Vielen Dankl für die Antwort!

Das mit dem Drehen klappt jetzt sehr gut. Allerdings ist das verschieben nicht ganz das, was ich möchte.

Wie in der nachfolgenden Skizze verdeutlicht, möchte ich eine Linie parallel zur gedrehten Linie verschieben. Aber so, dass der Mittelpunkt (orange Markierung) der ursprünglichen Linie und der verschobenen Linie auf einem Radius vom Rotationszentrum zum Liegen kommt. D.h., dass sich die verschobenene Linie nur innerhalb der hellgrün markierten Grenzen bewegen darf.

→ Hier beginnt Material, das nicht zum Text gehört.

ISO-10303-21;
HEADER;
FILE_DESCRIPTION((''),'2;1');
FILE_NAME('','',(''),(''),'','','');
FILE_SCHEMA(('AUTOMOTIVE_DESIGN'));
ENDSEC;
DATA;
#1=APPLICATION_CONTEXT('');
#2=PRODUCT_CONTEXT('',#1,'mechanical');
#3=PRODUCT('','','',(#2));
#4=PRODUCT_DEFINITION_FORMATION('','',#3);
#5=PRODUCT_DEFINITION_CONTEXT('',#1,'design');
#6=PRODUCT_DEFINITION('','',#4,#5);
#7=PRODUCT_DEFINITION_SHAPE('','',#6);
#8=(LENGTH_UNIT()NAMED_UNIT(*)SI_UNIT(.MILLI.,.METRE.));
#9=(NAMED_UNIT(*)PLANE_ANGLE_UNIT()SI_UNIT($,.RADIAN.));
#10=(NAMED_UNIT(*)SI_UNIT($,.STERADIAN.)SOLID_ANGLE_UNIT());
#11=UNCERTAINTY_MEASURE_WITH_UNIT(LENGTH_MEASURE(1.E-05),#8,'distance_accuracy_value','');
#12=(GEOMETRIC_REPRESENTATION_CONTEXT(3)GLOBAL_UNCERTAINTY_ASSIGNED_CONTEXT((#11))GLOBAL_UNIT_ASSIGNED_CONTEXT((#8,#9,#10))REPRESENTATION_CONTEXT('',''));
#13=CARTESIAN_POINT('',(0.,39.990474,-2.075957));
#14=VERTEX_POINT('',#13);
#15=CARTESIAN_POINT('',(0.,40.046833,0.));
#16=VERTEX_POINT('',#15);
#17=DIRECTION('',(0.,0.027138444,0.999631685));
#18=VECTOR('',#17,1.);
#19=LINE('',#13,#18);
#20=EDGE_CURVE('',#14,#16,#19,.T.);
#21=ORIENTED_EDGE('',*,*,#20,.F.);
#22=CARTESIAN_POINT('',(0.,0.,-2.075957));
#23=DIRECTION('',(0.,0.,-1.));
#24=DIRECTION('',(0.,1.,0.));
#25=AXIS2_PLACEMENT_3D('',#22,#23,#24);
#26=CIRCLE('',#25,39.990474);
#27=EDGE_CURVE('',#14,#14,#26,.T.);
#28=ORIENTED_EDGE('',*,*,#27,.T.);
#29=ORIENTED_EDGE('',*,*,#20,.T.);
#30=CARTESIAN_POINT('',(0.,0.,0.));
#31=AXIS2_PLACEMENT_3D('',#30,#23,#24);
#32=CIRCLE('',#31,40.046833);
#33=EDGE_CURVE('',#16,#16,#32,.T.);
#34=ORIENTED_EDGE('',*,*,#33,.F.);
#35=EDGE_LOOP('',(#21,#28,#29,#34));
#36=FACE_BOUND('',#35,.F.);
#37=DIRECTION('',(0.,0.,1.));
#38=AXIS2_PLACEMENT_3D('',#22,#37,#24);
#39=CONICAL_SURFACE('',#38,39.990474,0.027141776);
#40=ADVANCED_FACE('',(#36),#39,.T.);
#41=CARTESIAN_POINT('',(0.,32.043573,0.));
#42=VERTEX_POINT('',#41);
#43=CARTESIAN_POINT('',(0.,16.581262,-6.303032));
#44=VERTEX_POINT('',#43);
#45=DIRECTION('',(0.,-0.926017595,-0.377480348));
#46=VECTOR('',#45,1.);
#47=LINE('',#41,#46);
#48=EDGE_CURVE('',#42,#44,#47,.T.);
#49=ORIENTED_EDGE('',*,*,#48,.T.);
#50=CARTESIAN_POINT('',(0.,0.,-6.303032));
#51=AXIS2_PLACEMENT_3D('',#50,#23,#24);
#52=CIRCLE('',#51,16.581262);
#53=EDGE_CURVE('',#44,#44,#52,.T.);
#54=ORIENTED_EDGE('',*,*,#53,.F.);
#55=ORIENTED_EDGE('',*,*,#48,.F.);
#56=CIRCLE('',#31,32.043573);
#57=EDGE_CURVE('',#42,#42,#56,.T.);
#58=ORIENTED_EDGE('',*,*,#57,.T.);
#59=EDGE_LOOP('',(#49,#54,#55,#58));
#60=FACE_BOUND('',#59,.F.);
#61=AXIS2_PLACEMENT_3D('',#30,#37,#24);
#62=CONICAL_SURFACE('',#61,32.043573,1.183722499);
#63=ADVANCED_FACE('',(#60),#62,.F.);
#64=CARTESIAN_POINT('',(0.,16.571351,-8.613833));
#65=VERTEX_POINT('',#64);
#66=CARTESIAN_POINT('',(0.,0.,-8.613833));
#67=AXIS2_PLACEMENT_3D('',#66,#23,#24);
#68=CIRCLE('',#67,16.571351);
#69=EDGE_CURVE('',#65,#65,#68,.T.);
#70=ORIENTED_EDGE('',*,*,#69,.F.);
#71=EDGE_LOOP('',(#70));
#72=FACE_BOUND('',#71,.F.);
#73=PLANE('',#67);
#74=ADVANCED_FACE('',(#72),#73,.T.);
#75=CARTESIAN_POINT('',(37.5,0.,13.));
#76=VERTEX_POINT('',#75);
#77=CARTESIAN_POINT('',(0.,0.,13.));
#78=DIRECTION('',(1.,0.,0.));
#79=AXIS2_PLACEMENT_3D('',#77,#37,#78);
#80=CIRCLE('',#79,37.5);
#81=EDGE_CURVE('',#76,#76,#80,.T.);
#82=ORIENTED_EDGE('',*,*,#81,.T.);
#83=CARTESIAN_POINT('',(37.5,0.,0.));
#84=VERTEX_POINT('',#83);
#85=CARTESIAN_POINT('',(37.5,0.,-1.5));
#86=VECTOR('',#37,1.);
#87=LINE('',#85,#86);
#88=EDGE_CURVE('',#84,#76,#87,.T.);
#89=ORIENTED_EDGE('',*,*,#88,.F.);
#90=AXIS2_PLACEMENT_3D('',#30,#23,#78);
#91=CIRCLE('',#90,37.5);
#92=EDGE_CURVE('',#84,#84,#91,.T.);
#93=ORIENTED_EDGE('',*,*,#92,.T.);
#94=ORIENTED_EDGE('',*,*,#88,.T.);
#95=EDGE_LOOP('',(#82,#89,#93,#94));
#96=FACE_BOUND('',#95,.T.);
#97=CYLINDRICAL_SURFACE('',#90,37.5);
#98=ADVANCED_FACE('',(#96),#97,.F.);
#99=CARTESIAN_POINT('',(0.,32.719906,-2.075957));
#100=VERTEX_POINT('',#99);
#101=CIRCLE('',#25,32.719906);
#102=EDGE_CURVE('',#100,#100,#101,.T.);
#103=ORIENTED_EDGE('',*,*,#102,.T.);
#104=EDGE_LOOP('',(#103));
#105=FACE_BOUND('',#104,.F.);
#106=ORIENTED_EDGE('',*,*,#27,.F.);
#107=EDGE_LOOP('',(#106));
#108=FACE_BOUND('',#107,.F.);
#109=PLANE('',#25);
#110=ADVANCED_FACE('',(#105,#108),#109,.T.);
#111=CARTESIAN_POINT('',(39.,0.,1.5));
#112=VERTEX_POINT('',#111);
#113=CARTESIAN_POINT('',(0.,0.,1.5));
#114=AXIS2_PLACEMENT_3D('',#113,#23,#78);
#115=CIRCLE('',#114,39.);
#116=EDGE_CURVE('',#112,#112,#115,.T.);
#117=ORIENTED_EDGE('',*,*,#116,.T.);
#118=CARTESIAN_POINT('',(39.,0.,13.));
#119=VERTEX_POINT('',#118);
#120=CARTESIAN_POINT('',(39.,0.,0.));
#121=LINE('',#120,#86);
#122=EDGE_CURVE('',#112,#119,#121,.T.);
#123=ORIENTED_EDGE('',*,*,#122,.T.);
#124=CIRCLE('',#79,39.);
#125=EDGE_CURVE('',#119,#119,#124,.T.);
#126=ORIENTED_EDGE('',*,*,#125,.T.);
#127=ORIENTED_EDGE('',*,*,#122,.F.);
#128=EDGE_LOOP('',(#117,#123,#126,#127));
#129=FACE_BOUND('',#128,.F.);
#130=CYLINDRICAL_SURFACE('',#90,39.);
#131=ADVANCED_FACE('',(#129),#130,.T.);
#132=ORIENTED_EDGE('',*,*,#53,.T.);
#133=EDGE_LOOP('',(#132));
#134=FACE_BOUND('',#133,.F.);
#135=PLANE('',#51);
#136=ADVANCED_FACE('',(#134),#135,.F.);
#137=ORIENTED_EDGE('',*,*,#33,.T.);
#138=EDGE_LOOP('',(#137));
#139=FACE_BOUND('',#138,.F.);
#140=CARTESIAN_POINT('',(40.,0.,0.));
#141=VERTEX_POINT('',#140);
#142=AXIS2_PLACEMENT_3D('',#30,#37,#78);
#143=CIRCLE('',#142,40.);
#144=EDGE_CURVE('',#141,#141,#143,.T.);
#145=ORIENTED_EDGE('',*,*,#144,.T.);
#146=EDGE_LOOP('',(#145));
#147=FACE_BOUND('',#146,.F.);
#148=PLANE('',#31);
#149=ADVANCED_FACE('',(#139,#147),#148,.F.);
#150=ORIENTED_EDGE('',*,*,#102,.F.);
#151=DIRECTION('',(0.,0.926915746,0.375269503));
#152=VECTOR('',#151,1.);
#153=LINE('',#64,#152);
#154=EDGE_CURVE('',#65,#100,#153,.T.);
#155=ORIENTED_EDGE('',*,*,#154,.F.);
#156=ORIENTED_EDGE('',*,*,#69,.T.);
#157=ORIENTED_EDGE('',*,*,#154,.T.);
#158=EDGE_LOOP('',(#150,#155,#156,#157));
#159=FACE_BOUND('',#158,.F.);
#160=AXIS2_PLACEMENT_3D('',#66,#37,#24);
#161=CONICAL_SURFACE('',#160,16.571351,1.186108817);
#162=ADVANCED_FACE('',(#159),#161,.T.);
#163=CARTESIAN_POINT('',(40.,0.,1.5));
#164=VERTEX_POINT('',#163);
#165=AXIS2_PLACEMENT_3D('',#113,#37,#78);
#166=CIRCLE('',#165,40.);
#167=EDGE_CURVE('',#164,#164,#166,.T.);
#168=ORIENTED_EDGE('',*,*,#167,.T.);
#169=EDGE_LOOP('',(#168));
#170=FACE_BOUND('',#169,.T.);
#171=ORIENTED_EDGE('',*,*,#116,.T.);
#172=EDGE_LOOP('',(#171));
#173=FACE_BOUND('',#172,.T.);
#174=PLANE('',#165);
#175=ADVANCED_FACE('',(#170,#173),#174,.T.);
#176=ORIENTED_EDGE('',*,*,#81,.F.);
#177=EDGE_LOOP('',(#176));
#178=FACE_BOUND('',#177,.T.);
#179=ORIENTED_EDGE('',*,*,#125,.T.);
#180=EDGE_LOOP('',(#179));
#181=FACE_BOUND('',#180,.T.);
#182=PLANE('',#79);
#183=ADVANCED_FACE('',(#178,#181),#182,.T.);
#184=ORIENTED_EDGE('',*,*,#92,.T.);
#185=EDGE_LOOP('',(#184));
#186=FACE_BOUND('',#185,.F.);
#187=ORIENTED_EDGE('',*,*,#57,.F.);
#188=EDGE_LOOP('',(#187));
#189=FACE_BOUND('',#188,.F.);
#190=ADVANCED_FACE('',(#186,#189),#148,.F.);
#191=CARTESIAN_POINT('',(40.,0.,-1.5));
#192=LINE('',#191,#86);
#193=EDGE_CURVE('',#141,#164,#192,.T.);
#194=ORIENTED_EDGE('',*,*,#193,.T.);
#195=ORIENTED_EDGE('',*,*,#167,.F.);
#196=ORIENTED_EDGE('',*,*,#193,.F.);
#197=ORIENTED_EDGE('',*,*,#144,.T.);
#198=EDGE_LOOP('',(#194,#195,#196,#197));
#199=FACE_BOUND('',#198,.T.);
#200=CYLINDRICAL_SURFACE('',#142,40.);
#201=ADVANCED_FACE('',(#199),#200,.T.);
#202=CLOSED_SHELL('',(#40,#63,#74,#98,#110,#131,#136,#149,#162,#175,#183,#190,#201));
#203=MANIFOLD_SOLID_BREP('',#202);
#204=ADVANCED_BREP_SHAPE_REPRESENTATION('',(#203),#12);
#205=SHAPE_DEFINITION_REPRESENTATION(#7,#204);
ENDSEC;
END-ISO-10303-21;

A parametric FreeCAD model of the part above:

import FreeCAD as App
import Part
import Sketcher

V = App.Vector


def add_polygon(sketch, points):
    """Adds a closed chain of lines whose ends are joined by coincident constraints."""
    first, n = sketch.GeometryCount, len(points)
    for a, b in zip(points, points[1:] + points[:1]):
        sketch.addGeometry(Part.LineSegment(App.Vector(*a, 0), App.Vector(*b, 0)), False)
    for i in range(n):
        sketch.addConstraint(Sketcher.Constraint("Coincident", first + i, 2, first + (i + 1) % n, 1))

doc = App.newDocument("Part")
body = doc.addObject("PartDesign::Body", "Body")

# Sketch on XY plane
sketch1 = doc.addObject("Sketcher::SketchObject", "Sketch")
body.addObject(sketch1)
sketch1.AttachmentSupport = (doc.XY_Plane, [""])
sketch1.MapMode = "FlatFace"
sketch1.addGeometry(Part.Circle(V(0, 0, 0), V(0, 0, 1), 39), False)
sketch1.addGeometry(Part.Circle(V(0, 0, 0), V(0, 0, 1), 38), False)
sketch1.addConstraint(Sketcher.Constraint("Coincident", 0, 3, -1, 1))
sketch1.addConstraint(Sketcher.Constraint("Coincident", 1, 3, -1, 1))
sketch1.addConstraint(Sketcher.Constraint("Diameter", 0, 78.0))
sketch1.addConstraint(Sketcher.Constraint("Diameter", 1, 75.0))
pad1 = doc.addObject("PartDesign::Pad", "Pad")
body.addObject(pad1)
pad1.Profile = sketch1
pad1.Length = 13

# Sketch on XY plane
sketch2 = doc.addObject("Sketcher::SketchObject", "Sketch001")
body.addObject(sketch2)
sketch2.AttachmentSupport = (doc.XY_Plane, [""])
sketch2.MapMode = "FlatFace"
sketch2.addGeometry(Part.Circle(V(0, 0, 0), V(0, 0, 1), 40), False)
sketch2.addGeometry(Part.Circle(V(0, 0, 0), V(0, 0, 1), 38), False)
sketch2.addConstraint(Sketcher.Constraint("Coincident", 0, 3, -1, 1))
sketch2.addConstraint(Sketcher.Constraint("Coincident", 1, 3, -1, 1))
sketch2.addConstraint(Sketcher.Constraint("Diameter", 0, 80.0))
sketch2.addConstraint(Sketcher.Constraint("Diameter", 1, 75.0))
pad2 = doc.addObject("PartDesign::Pad", "Pad001")
body.addObject(pad2)
pad2.Profile = sketch2
pad2.Length = 3
pad2.Midplane = True

# Sketch on YZ plane
sketch3 = doc.addObject("Sketcher::SketchObject", "Sketch002")
body.addObject(sketch3)
sketch3.AttachmentSupport = (doc.YZ_Plane, [""])
sketch3.MapMode = "FlatFace"
add_polygon(sketch3, [(40, -2.1), (40, 0), (32, 0), (16.6, -6.3), (0, -6.3), (0, -8.6), (16.6, -8.6), (32.7, -2.1)])  # lines 0-7
sketch3.addConstraint(Sketcher.Constraint("Horizontal", 1))
sketch3.addConstraint(Sketcher.Constraint("Horizontal", 3))
sketch3.addConstraint(Sketcher.Constraint("Vertical", 4))
sketch3.addConstraint(Sketcher.Constraint("Horizontal", 5))
sketch3.addConstraint(Sketcher.Constraint("Horizontal", 7))
sketch3.addConstraint(Sketcher.Constraint("PointOnObject", 0, 2, -1))
sketch3.addConstraint(Sketcher.Constraint("PointOnObject", 3, 2, -2))
sketch3.addConstraint(Sketcher.Constraint("DistanceY", 4, 2, 4, 1, 2.310801))
sketch3.addConstraint(Sketcher.Constraint("DistanceX", 1, 2, 1, 1, 8.00326))
sketch3.addConstraint(Sketcher.Constraint("DistanceX", 3, 2, 3, 1, 16.581262))
sketch3.addConstraint(Sketcher.Constraint("DistanceX", 5, 1, 5, 2, 16.571351))
sketch3.addConstraint(Sketcher.Constraint("DistanceX", 1, 2, 7, 2, 7.946901))
sketch3.addConstraint(Sketcher.Constraint("Distance", 0, 2.076722))
sketch3.addConstraint(Sketcher.Constraint("DistanceX", 7, 1, 7, 2, 7.270568))
sketch3.addConstraint(Sketcher.Constraint("DistanceX", 2, 2, 1, 2, 15.462311))
sketch3.addConstraint(Sketcher.Constraint("Distance", 2, 16.697643))
revolution = doc.addObject("PartDesign::Revolution", "Revolution")
body.addObject(revolution)
revolution.Profile = sketch3
revolution.ReferenceAxis = (sketch3, ["V_Axis"])
revolution.Angle = 360

doc.recompute()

Das Verschieben sollte so funktionieren, dass die Radiuslänge (also der Abstand des Mittelpunktes der Linie vom Rotationszentrum) gesetzt werden kann und alles andere berechnet wird.

Sowas sollte doch möglich sein, oder? Irgendwelche Ideen oder Vorschläge? 

Ich habe mich auch mal mit Geodreieck und Zirkel hingesetzt und ausprobiert. Das Rotieren des Start- und Endpunktes ist recht einfach mit den trigonomischen Funktiionen (sin, cos) zu bewerkstelligen. Hingegen habe ich für das Verschieben keine Lösung finden können.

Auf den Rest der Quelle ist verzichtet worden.